Lee hadn’t guessed. Marshall and Denise had had no idea. They’d gotten it all wrong. Marshall had accosted him in the privacy of the resort office after all the phone calls had been made—canceling the reception, the photographer, the flowers, the guests.
“I cannot believe you’re doing this, Tucker. My incredibly brave, beautiful girl is pretending she wants it, too, but I’m not fooled. This is coming from you. Maybe she doesn’t even know that. Maybe she genuinely thinks this is a mutual decision, but I’ve seen you withdrawing over the past few weeks. You’ve frozen her out until she thinks it’s coming from her, as well. I know what a man looks like when he’s truly in love with the woman he’s going to marry. You haven’t looked that way, and if it’s because my girl is disfigured after the—”
“Marshall, she’s not—” He hadn’t been able to say it. Disfigured. He’d never said that in his head, never felt that way.
“You don’t want that word? It’s too blunt for you?” Marshall had used it as a punishment and an accusation. “You don’t like facing the truth about your own motivations?”
It hadn’t been a pleasant conversation, and Tucker had come dangerously close to saying Daisy’s name but he’d managed to stop himself, and if that meant that Marshall went on thinking that it was Lee’s accident at the heart of the problem, then this was collateral damage that he couldn’t avoid.
He didn’t want Daisy dragged into this. He didn’t want any additional hurt to Lee, or a mess worse than the mess they had already.

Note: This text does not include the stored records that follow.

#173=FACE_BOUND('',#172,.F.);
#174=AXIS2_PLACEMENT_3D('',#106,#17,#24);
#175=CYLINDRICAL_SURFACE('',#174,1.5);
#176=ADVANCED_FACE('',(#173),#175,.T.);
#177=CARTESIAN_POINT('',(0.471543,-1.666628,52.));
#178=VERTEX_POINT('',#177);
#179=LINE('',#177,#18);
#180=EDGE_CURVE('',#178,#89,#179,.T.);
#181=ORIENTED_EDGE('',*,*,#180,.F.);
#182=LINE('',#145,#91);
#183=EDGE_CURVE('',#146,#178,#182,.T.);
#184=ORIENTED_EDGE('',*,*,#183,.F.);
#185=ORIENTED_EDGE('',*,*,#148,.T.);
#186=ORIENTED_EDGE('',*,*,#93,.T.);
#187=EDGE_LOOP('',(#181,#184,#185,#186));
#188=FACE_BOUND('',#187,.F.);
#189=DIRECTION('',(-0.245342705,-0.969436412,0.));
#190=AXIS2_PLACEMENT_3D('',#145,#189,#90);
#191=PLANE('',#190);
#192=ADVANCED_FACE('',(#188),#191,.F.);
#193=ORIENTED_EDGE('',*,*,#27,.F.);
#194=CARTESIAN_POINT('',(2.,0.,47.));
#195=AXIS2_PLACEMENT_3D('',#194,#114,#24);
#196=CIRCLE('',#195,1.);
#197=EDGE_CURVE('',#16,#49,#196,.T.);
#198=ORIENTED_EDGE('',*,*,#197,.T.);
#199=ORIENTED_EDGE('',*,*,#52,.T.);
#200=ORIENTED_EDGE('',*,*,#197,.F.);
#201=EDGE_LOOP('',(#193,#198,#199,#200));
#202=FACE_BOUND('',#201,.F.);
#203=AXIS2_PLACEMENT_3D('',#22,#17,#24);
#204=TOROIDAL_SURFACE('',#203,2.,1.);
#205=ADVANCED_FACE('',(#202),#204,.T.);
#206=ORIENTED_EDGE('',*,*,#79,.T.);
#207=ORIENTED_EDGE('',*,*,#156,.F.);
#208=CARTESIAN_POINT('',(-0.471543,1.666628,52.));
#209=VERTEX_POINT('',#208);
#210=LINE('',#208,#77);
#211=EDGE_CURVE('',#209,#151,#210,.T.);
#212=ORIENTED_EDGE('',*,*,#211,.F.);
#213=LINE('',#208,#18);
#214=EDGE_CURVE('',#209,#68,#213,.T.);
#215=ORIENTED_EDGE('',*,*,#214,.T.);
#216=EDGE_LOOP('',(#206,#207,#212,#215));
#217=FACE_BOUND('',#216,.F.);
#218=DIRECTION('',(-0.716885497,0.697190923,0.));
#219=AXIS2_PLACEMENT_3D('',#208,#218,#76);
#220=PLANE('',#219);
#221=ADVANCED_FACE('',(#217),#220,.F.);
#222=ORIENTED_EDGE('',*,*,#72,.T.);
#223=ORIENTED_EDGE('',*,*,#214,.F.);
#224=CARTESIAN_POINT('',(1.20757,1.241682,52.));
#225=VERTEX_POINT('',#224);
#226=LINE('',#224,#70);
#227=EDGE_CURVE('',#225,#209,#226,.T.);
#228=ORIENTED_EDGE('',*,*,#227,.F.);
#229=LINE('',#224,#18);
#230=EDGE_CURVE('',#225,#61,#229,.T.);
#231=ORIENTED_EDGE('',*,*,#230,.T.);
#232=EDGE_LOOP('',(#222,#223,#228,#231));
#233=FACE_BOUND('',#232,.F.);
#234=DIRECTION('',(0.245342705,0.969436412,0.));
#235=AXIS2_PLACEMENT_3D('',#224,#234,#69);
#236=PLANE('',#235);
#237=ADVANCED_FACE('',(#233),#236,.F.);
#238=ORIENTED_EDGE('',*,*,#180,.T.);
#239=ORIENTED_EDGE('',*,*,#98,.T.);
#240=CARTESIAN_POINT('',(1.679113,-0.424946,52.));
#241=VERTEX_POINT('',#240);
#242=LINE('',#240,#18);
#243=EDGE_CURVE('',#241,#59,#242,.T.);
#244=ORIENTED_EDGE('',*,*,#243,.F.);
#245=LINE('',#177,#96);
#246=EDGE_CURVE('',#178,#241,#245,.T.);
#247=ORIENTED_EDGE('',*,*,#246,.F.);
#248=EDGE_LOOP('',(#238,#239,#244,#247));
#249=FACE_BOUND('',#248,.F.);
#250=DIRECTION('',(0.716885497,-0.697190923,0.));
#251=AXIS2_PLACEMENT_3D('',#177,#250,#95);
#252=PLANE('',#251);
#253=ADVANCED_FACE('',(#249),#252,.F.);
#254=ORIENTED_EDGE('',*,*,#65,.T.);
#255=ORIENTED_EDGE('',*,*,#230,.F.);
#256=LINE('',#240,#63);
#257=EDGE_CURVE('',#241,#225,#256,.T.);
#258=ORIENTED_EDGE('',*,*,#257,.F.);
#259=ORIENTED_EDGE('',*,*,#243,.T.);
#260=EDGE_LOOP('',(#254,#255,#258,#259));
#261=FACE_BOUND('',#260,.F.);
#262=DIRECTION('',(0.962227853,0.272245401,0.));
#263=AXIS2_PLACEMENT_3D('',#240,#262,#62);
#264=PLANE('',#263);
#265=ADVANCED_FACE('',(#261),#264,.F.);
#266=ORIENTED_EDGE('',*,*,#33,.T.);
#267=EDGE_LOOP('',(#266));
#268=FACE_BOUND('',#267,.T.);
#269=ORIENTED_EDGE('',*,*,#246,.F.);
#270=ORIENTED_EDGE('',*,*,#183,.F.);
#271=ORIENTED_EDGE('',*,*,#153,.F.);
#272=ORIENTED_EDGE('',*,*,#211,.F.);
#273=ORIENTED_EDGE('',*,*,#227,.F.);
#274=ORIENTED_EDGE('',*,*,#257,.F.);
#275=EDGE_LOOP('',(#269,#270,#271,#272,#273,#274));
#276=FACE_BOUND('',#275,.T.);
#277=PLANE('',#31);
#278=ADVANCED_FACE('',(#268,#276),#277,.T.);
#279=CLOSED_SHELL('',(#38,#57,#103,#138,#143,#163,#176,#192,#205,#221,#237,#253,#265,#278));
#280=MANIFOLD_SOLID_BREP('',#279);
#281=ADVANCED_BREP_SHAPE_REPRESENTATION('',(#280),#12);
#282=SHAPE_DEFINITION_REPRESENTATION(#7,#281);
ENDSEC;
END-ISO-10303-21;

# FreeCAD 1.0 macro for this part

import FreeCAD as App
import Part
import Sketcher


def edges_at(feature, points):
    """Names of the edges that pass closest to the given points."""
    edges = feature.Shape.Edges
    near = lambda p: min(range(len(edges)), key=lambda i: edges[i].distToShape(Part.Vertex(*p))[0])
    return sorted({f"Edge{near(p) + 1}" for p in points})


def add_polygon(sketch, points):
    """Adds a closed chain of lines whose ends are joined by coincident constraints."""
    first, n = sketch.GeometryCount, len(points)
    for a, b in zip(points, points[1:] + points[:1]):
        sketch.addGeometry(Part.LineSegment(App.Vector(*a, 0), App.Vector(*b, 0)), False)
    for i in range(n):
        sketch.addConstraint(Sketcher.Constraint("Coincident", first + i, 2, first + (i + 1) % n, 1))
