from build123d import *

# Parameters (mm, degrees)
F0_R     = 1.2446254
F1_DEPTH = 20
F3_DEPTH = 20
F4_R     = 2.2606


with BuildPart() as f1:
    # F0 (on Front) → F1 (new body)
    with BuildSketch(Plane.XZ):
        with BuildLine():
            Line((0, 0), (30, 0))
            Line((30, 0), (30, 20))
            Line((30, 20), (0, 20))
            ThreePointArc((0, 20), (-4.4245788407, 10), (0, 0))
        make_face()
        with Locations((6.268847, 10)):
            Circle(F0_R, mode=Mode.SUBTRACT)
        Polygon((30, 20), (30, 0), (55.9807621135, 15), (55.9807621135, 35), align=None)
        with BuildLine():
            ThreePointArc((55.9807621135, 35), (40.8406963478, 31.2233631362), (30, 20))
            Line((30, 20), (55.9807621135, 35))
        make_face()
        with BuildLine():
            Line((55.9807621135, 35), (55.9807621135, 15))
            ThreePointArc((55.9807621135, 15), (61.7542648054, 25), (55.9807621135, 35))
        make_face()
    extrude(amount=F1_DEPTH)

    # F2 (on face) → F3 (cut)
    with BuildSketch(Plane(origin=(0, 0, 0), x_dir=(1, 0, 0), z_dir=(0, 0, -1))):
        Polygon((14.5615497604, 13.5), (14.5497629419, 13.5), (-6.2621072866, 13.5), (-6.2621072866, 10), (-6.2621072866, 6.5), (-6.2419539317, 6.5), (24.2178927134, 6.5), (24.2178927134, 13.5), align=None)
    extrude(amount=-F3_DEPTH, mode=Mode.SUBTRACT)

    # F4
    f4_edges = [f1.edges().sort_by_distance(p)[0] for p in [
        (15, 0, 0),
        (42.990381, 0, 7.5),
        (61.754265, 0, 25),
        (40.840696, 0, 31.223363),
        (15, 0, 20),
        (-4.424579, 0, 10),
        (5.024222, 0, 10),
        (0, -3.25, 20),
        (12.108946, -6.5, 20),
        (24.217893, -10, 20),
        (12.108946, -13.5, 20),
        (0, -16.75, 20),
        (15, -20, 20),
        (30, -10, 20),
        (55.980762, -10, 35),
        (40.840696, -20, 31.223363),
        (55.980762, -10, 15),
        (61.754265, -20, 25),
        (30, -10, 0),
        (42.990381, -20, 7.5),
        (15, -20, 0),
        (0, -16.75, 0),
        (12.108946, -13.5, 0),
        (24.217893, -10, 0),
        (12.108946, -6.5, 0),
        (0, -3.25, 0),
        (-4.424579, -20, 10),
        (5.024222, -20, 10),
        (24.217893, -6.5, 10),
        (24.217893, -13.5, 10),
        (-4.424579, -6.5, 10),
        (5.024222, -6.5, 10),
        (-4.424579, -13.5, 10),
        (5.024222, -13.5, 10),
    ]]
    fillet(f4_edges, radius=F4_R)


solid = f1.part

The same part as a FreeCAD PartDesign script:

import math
import FreeCAD as App
import Part
import Sketcher
from FreeCAD import Vector
Q = App.Units.Quantity


def add_polygon(sketch, points):
    """Adds a closed chain of lines whose ends are joined by coincident constraints."""
    first, n = sketch.GeometryCount, len(points)
    for a, b in zip(points, points[1:] + points[:1]):
        sketch.addGeometry(Part.LineSegment(App.Vector(*a, 0), App.Vector(*b, 0)), False)
    for i in range(n):
        sketch.addConstraint(Sketcher.Constraint("Coincident", first + i, 2, first + (i + 1) % n, 1))

doc = App.newDocument("Part")
body = doc.addObject("PartDesign::Body", "Body")

sketch1 = doc.addObject("Sketcher::SketchObject", "Sketch")
body.addObject(sketch1)
sketch1.AttachmentSupport = (doc.XZ_Plane, [""])
sketch1.MapMode = "FlatFace"
sketch1.addGeometry([
    Part.LineSegment(Vector(0, 0, 0), Vector(30, 0, 0)),
    Part.LineSegment(Vector(30, 0, 0), Vector(56, 15, 0)),
    Part.ArcOfCircle(Part.Circle(Vector(50.2, 25, 0), Vector(0, 0, 1), 11.5), math.radians(-60), math.radians(60)),
    Part.ArcOfCircle(Part.Circle(Vector(55, 6.7, 0), Vector(0, 0, 1), 28.3), math.radians(88), math.radians(152)),
    Part.LineSegment(Vector(30, 20, 0), Vector(0, 20, 0)),
    Part.ArcOfCircle(Part.Circle(Vector(9.1, 10, 0), Vector(0, 0, 1), 13.5), math.radians(132), math.radians(228)),
    Part.Circle(Vector(6.3, 10, 0), Vector(0, 0, 1), 1.2),
], False)
sketch1.addConstraint([
    Sketcher.Constraint("Coincident", 0, 2, 1, 1),
    Sketcher.Constraint("Tangent", 1, 2, 2, 1),
    Sketcher.Constraint("Coincident", 2, 2, 3, 1),
    Sketcher.Constraint("Coincident", 3, 2, 4, 1),
    Sketcher.Constraint("Coincident", 4, 2, 5, 1),
    Sketcher.Constraint("Coincident", 5, 2, 0, 1),
    Sketcher.Constraint("Horizontal", 0),
    Sketcher.Constraint("Horizontal", 4),
    Sketcher.Constraint("Coincident", 5, 2, -1, 1),
    Sketcher.Constraint("PointOnObject", 4, 2, -2),
    Sketcher.Constraint("Horizontal", 5, 3, 6, 3),
    Sketcher.Constraint("Vertical", 1, 2, 2, 2),
    Sketcher.Constraint("Vertical", 0, 2, 3, 2),
    Sketcher.Constraint("DistanceX", 0, 1, 0, 2, Q("30 mm")),
    Sketcher.Constraint("Angle", 1, Q("30 deg")),
    Sketcher.Constraint("Distance", 1, Q("30 mm")),
    Sketcher.Constraint("DistanceY", -1, 1, 2, 3, Q("25 mm")),
    Sketcher.Constraint("DistanceY", -1, 1, 5, 3, Q("10 mm")),
    Sketcher.Constraint("Radius", 5, Q("13.5128 mm")),
    Sketcher.Constraint("Diameter", 6, Q("2.489251 mm")),
    Sketcher.Constraint("Radius", 3, Q("28.316313 mm")),
    Sketcher.Constraint("DistanceX", -1, 1, 6, 3, Q("6.268847 mm")),
])
pad1 = doc.addObject("PartDesign::Pad", "Pad")
body.addObject(pad1)
pad1.Profile = sketch1
pad1.Length = 20

sketch2 = doc.addObject("Sketcher::SketchObject", "Sketch001")
body.addObject(sketch2)
sketch2.AttachmentSupport = (doc.XY_Plane, [""])
sketch2.MapMode = "FlatFace"
add_polygon(sketch2, [(-6, -14), (-6, -6), (24, -6), (24, -14)])
sketch2.addConstraint([
    Sketcher.Constraint("Vertical", 0),
    Sketcher.Constraint("Horizontal", 1),
    Sketcher.Constraint("Vertical", 2),
    Sketcher.Constraint("Horizontal", 3),
    Sketcher.Constraint("DistanceY", 0, 1, 0, 2, Q("7 mm")),
    Sketcher.Constraint("DistanceX", 1, 1, 1, 2, Q("30.48 mm")),
    Sketcher.Constraint("DistanceY", 0, 2, -1, 1, Q("6.5 mm")),
    Sketcher.Constraint("DistanceX", 0, 2, -1, 1, Q("6.262107 mm")),
])
pocket1 = doc.addObject("PartDesign::Pocket", "Pocket")
body.addObject(pocket1)
pocket1.Profile = sketch2
pocket1.Length = 20
pocket1.Reversed = True
doc.recompute()

fillet = doc.addObject("PartDesign::Fillet", "Fillet")
body.addObject(fillet)
fillet.Base = (pocket1, ["Edge1"])
fillet.UseAllEdges = True
fillet.Radius = 2.2606

doc.recompute()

He would wait, he had decided. He would just lay low and do nothing, and in a few months when things had died down and when he had some perspective, he would take action, seek Daisy out, see if he still felt...and if she felt...and if there was any way they could possibly...
Hadn’t happened.
He drove out of the lot, remembering the shock he’d felt when he’d run into a very bubbly Daisy at a local convenience store just a few days after the canceled wedding. Hiding his pleasure behind dark sunglasses, he’d drawled, “You’re looking happy today.”
She’d told him, “Happy and really thrilled. I’m flying out to California tomorrow to start an internship with an amazing pastry chef. The opportunity came up so fast, I haven’t had time to breathe! Someone else canceled, and it turned out I was second on the list. I can’t believe it! Um...it’s good to see you, Tucker, but I have to run.”
And that was that.
Gone.
He’d never pursued it. Why would he trust in signs that pointed in two different directions at once, when he didn’t believe in signs in the first place? Why would he chase after something his head didn’t even want? Something that might only ever have been a symptom of the deeper problem between himself and Lee? Something nobody in either family would want? Something that fate had chosen to take out of his hands?